Work task
Copy out, exactly, the first line of the entries below and every line after it through the one containing "#372=EDGE_CURVE('',#261,#364,#371,.T.);".

[Collected data entries]

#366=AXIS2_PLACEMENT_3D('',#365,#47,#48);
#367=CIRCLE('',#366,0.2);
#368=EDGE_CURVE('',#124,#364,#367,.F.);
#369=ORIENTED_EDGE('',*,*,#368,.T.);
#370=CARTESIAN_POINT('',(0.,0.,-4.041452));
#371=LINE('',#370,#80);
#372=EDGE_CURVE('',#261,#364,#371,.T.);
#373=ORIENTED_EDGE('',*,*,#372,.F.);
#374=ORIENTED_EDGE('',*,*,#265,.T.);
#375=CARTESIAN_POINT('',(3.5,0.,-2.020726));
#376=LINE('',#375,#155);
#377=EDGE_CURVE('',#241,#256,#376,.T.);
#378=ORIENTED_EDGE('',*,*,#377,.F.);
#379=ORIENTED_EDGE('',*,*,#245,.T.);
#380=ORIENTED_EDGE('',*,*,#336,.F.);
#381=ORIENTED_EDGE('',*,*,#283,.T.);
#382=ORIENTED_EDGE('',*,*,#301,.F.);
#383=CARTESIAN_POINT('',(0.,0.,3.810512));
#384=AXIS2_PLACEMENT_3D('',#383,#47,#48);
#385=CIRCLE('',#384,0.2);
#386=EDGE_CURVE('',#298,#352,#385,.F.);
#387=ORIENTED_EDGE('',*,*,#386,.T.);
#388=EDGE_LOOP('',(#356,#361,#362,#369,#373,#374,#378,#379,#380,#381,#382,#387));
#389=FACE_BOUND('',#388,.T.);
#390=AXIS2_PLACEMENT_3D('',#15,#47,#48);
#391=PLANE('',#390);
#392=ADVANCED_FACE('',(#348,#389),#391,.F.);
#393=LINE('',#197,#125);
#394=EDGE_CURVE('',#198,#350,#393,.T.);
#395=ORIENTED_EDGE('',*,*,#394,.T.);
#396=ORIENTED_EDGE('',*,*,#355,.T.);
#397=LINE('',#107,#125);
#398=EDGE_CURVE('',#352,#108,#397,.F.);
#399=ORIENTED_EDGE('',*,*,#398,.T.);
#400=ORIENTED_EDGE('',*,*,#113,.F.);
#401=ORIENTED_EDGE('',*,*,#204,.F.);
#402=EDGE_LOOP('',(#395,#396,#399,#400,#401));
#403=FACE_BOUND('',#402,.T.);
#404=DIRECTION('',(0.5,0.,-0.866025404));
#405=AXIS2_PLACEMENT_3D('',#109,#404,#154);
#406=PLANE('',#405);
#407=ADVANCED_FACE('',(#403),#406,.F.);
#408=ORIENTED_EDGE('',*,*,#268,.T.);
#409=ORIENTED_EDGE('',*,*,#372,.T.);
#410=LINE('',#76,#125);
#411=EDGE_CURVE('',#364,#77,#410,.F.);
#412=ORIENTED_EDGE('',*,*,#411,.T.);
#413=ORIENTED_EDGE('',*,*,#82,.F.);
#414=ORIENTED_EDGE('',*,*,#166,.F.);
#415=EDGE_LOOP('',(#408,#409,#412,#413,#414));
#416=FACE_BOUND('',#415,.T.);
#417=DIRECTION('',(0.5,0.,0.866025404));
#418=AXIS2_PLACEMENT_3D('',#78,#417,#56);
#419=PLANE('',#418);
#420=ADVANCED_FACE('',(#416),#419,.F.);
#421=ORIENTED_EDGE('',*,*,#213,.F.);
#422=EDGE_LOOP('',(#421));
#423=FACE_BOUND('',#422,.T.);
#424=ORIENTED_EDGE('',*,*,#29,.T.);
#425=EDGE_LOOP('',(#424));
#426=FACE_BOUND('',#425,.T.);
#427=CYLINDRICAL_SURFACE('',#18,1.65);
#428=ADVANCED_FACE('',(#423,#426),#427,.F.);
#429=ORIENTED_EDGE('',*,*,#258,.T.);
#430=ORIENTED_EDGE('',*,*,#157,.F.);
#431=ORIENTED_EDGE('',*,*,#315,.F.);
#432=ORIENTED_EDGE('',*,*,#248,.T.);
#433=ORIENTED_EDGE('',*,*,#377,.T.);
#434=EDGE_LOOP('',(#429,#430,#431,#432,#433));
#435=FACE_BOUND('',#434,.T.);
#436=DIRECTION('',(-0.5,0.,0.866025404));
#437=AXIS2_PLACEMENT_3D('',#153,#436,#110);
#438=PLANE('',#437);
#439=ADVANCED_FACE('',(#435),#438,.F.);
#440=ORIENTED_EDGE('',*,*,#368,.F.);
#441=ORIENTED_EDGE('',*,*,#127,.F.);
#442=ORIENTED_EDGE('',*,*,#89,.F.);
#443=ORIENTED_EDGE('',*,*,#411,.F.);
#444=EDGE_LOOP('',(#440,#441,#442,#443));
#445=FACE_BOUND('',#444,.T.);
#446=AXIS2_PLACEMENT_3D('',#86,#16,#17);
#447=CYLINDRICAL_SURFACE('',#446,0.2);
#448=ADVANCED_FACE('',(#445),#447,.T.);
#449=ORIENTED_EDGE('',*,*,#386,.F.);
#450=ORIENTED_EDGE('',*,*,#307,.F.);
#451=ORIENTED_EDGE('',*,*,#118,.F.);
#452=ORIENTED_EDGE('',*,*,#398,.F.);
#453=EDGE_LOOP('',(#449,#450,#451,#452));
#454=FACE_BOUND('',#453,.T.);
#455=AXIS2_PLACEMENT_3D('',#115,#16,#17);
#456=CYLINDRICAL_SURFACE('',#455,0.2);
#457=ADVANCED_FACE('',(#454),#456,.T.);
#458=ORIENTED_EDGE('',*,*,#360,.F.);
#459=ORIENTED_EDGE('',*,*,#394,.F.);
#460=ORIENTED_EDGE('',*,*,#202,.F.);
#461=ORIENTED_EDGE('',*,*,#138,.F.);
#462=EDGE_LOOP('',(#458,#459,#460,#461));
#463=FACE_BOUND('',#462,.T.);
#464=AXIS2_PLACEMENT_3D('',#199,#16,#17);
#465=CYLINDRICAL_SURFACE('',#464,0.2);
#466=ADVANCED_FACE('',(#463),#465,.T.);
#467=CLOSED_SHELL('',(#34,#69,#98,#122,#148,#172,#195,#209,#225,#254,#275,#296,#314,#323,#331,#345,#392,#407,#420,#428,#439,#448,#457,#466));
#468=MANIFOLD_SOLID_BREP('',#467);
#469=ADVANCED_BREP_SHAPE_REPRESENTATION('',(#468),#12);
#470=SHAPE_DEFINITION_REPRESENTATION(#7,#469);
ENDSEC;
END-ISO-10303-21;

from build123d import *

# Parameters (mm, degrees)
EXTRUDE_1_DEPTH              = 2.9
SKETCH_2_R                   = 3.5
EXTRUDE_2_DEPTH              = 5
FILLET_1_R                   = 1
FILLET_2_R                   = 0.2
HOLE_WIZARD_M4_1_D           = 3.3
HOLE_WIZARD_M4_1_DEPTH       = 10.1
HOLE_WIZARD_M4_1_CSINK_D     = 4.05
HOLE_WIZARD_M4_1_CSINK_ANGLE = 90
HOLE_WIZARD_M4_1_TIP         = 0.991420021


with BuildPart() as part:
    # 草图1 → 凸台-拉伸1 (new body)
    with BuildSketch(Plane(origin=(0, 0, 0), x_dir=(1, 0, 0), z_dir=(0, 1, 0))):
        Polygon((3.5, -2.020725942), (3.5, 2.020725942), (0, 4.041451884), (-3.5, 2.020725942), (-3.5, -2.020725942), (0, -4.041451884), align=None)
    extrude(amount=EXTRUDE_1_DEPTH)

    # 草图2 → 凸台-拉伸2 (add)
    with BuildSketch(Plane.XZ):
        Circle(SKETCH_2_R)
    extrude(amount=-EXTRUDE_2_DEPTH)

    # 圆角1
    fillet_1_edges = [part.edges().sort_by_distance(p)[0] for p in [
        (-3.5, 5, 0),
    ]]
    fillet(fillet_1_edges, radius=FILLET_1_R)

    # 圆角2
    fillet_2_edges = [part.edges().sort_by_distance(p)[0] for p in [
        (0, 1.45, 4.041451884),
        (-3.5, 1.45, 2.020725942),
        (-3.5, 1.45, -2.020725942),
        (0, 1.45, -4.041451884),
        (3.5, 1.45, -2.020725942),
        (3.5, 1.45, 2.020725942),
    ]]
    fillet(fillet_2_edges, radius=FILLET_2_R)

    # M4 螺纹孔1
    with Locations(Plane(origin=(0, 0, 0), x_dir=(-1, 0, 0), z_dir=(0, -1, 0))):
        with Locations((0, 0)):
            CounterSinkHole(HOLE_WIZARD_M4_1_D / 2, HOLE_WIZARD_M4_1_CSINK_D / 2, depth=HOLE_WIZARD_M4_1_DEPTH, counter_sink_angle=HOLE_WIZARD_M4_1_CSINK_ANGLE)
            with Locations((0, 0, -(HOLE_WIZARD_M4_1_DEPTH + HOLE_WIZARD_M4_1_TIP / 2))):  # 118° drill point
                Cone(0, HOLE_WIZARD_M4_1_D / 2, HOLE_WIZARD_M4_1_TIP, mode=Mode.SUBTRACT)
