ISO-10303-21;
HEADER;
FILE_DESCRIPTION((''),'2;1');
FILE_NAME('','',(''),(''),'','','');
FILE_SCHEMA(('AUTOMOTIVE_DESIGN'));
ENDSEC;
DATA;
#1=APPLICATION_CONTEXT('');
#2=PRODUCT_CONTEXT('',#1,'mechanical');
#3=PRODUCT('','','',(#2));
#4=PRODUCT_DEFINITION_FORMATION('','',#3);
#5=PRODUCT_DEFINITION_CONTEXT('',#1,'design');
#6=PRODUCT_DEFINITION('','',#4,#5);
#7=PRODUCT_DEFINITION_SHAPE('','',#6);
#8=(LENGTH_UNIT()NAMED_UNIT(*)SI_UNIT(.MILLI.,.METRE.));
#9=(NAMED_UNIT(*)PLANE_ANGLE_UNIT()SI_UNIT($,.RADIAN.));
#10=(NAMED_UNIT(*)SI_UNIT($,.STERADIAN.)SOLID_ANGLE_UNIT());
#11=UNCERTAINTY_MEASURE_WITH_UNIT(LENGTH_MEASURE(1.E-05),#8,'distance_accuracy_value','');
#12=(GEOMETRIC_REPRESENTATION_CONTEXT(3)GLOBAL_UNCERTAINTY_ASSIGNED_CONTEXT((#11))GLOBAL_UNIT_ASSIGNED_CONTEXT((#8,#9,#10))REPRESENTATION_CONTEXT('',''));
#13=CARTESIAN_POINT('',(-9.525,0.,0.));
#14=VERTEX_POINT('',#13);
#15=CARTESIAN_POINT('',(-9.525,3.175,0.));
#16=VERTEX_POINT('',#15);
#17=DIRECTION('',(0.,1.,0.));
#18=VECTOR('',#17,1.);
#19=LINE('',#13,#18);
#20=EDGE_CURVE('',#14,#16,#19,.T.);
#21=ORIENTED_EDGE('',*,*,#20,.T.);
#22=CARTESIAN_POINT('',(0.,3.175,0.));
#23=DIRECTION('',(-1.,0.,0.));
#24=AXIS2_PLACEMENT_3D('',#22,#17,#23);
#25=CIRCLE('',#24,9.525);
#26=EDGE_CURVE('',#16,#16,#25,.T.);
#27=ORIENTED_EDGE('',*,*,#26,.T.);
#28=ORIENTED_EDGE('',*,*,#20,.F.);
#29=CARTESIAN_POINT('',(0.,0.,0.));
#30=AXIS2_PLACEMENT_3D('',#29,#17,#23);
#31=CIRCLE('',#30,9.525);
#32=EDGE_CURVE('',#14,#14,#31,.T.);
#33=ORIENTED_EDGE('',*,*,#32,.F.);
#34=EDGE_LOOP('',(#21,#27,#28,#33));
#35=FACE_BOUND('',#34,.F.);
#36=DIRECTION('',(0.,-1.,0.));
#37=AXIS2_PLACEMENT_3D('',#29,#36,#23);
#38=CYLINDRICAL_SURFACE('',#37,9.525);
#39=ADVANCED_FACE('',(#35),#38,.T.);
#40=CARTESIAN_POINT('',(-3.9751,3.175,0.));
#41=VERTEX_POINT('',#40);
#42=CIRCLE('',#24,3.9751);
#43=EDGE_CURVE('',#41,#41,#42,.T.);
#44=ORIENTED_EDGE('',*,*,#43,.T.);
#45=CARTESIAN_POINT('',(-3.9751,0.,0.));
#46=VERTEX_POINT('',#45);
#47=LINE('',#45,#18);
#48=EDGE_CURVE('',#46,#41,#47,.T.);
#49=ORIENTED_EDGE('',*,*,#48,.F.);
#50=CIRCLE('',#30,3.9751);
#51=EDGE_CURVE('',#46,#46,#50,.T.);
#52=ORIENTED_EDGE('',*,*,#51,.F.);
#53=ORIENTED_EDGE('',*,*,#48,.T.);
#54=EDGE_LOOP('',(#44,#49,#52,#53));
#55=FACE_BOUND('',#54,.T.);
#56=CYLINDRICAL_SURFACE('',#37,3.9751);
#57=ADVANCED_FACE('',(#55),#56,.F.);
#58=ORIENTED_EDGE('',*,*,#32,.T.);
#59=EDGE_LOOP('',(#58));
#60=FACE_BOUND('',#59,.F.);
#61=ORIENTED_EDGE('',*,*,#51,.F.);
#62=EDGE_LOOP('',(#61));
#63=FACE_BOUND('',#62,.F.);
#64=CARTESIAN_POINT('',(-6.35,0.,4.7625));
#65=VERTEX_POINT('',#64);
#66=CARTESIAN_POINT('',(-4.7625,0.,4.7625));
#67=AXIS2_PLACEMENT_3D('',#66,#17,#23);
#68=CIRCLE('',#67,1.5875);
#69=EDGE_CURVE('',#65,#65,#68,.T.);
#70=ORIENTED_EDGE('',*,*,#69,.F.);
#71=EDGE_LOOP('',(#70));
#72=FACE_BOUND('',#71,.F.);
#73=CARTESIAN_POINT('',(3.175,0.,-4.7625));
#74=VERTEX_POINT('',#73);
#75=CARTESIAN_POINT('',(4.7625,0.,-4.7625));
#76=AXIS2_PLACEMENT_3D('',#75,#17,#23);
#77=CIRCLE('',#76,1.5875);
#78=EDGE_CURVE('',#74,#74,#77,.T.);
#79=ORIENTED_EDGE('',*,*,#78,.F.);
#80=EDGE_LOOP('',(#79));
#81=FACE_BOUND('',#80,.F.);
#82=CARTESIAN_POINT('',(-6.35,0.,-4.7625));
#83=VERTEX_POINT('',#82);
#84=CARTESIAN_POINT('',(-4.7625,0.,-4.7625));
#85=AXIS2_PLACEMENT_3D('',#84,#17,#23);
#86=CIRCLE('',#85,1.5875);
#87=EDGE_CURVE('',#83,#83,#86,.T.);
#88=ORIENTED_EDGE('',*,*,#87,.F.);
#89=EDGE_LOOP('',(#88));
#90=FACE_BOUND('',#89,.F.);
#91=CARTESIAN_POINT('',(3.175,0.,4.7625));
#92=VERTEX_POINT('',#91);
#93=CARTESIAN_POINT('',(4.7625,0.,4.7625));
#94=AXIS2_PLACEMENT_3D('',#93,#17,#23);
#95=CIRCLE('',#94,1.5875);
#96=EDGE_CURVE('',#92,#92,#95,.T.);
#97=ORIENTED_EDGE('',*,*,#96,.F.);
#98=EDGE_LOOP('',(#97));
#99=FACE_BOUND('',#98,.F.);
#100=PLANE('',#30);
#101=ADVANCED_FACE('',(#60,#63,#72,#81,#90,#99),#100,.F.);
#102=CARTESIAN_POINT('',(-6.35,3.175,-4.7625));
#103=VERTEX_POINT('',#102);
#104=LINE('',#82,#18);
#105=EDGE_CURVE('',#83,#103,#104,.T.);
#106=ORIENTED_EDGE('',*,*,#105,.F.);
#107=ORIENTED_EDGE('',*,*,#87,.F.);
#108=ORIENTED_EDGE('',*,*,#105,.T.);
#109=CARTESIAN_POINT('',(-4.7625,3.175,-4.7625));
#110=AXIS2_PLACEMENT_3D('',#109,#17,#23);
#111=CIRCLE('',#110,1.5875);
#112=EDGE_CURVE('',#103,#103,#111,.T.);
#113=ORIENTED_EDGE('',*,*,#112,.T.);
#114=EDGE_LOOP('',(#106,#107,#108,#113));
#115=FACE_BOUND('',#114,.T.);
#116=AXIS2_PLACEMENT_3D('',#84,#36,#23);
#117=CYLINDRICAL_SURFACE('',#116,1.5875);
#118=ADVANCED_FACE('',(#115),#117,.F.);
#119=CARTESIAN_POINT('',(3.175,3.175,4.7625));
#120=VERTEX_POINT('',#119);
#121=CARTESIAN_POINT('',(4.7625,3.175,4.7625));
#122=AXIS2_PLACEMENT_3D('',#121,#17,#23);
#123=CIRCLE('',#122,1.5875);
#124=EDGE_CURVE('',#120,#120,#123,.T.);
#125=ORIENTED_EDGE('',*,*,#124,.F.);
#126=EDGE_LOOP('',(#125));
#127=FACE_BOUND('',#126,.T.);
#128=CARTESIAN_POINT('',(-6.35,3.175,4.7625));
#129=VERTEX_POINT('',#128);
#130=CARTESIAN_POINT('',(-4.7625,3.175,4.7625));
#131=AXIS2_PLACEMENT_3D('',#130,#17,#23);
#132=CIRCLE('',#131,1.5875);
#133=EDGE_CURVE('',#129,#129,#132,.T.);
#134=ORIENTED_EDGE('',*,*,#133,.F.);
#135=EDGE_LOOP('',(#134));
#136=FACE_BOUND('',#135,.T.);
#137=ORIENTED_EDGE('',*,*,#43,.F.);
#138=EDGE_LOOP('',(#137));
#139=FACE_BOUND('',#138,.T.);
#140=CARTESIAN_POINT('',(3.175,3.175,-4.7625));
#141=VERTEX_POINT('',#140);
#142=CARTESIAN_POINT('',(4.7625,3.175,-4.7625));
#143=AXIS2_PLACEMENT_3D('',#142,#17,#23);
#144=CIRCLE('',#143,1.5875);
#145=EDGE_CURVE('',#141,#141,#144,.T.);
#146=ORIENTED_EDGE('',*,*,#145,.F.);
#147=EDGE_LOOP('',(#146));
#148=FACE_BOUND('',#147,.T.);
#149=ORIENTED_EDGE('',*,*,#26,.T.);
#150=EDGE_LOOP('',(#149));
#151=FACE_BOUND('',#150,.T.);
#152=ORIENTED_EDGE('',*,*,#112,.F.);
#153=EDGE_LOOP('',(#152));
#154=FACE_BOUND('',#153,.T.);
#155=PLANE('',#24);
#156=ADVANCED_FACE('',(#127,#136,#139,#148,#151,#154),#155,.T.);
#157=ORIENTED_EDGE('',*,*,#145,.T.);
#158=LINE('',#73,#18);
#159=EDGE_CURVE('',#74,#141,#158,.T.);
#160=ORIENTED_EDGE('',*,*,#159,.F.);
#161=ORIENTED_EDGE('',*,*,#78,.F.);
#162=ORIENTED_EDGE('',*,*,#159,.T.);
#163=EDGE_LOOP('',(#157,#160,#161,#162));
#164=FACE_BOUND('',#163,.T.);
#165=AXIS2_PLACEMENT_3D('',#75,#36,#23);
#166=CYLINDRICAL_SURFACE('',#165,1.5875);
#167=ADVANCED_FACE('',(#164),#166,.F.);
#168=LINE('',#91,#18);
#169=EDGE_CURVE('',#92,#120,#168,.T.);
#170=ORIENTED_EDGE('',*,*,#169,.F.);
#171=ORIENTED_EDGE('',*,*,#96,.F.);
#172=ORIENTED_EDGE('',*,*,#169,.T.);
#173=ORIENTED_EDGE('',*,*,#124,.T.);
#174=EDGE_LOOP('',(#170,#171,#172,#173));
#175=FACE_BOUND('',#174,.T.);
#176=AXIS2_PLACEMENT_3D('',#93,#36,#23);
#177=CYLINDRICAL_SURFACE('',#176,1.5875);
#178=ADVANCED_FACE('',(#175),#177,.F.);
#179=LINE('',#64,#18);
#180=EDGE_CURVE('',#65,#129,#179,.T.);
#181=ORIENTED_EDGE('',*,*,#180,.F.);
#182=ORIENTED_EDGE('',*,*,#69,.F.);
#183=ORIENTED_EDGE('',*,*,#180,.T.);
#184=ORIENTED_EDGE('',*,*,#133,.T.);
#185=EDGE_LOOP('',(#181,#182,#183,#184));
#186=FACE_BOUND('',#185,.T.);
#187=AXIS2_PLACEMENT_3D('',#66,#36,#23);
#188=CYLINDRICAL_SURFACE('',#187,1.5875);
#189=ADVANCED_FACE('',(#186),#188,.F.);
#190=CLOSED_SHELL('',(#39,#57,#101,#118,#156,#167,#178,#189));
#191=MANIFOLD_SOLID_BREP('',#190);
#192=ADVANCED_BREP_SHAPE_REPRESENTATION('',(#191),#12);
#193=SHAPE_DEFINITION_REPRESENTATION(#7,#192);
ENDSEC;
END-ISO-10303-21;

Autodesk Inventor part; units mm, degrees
ref_plane "YZ Plane" through (0, 0, 0) normal (1, 0, 0) x (0, 1, 0)
ref_plane "XZ Plane" through (0, 0, 0) normal (0, 1, 0) x (-1, 0, 0)
ref_plane "XY Plane" through (0, 0, 0) normal (0, 0, 1) x (1, 0, 0)
sketch "Sketch1" plane through (0, 0, 0) normal (0, 1, 0) x (-1, 0, 0)
  circle A0 centre (0, 0) radius 9.525
  circle A1 centre (0, 0) radius 3.9751
  circle A2 centre (4.7625, 4.7625) radius 1.5875
  circle A3 centre (-4.7625, 4.7625) radius 1.5875
  circle A4 centre (-4.7625, -4.7625) radius 1.5875
  circle A5 centre (4.7625, -4.7625) radius 1.5875
  dimension "d0" = 19.05
  dimension "d1" = 7.9502
  dimension "d2" = 3.175
  dimension "d5" = 360
extrude "Extrusion1" add sketch "Sketch1" along normal blind 3.175
properties part number "Flip up and down (shaft to motor ring)"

Solution for this problem
#366=AXIS2_PLACEMENT_3D('',#365,#47,#48);
#367=CIRCLE('',#366,0.2);
#368=EDGE_CURVE('',#124,#364,#367,.F.);
#369=ORIENTED_EDGE('',*,*,#368,.T.);
#370=CARTESIAN_POINT('',(0.,0.,-4.041452));
#371=LINE('',#370,#80);
#372=EDGE_CURVE('',#261,#364,#371,.T.);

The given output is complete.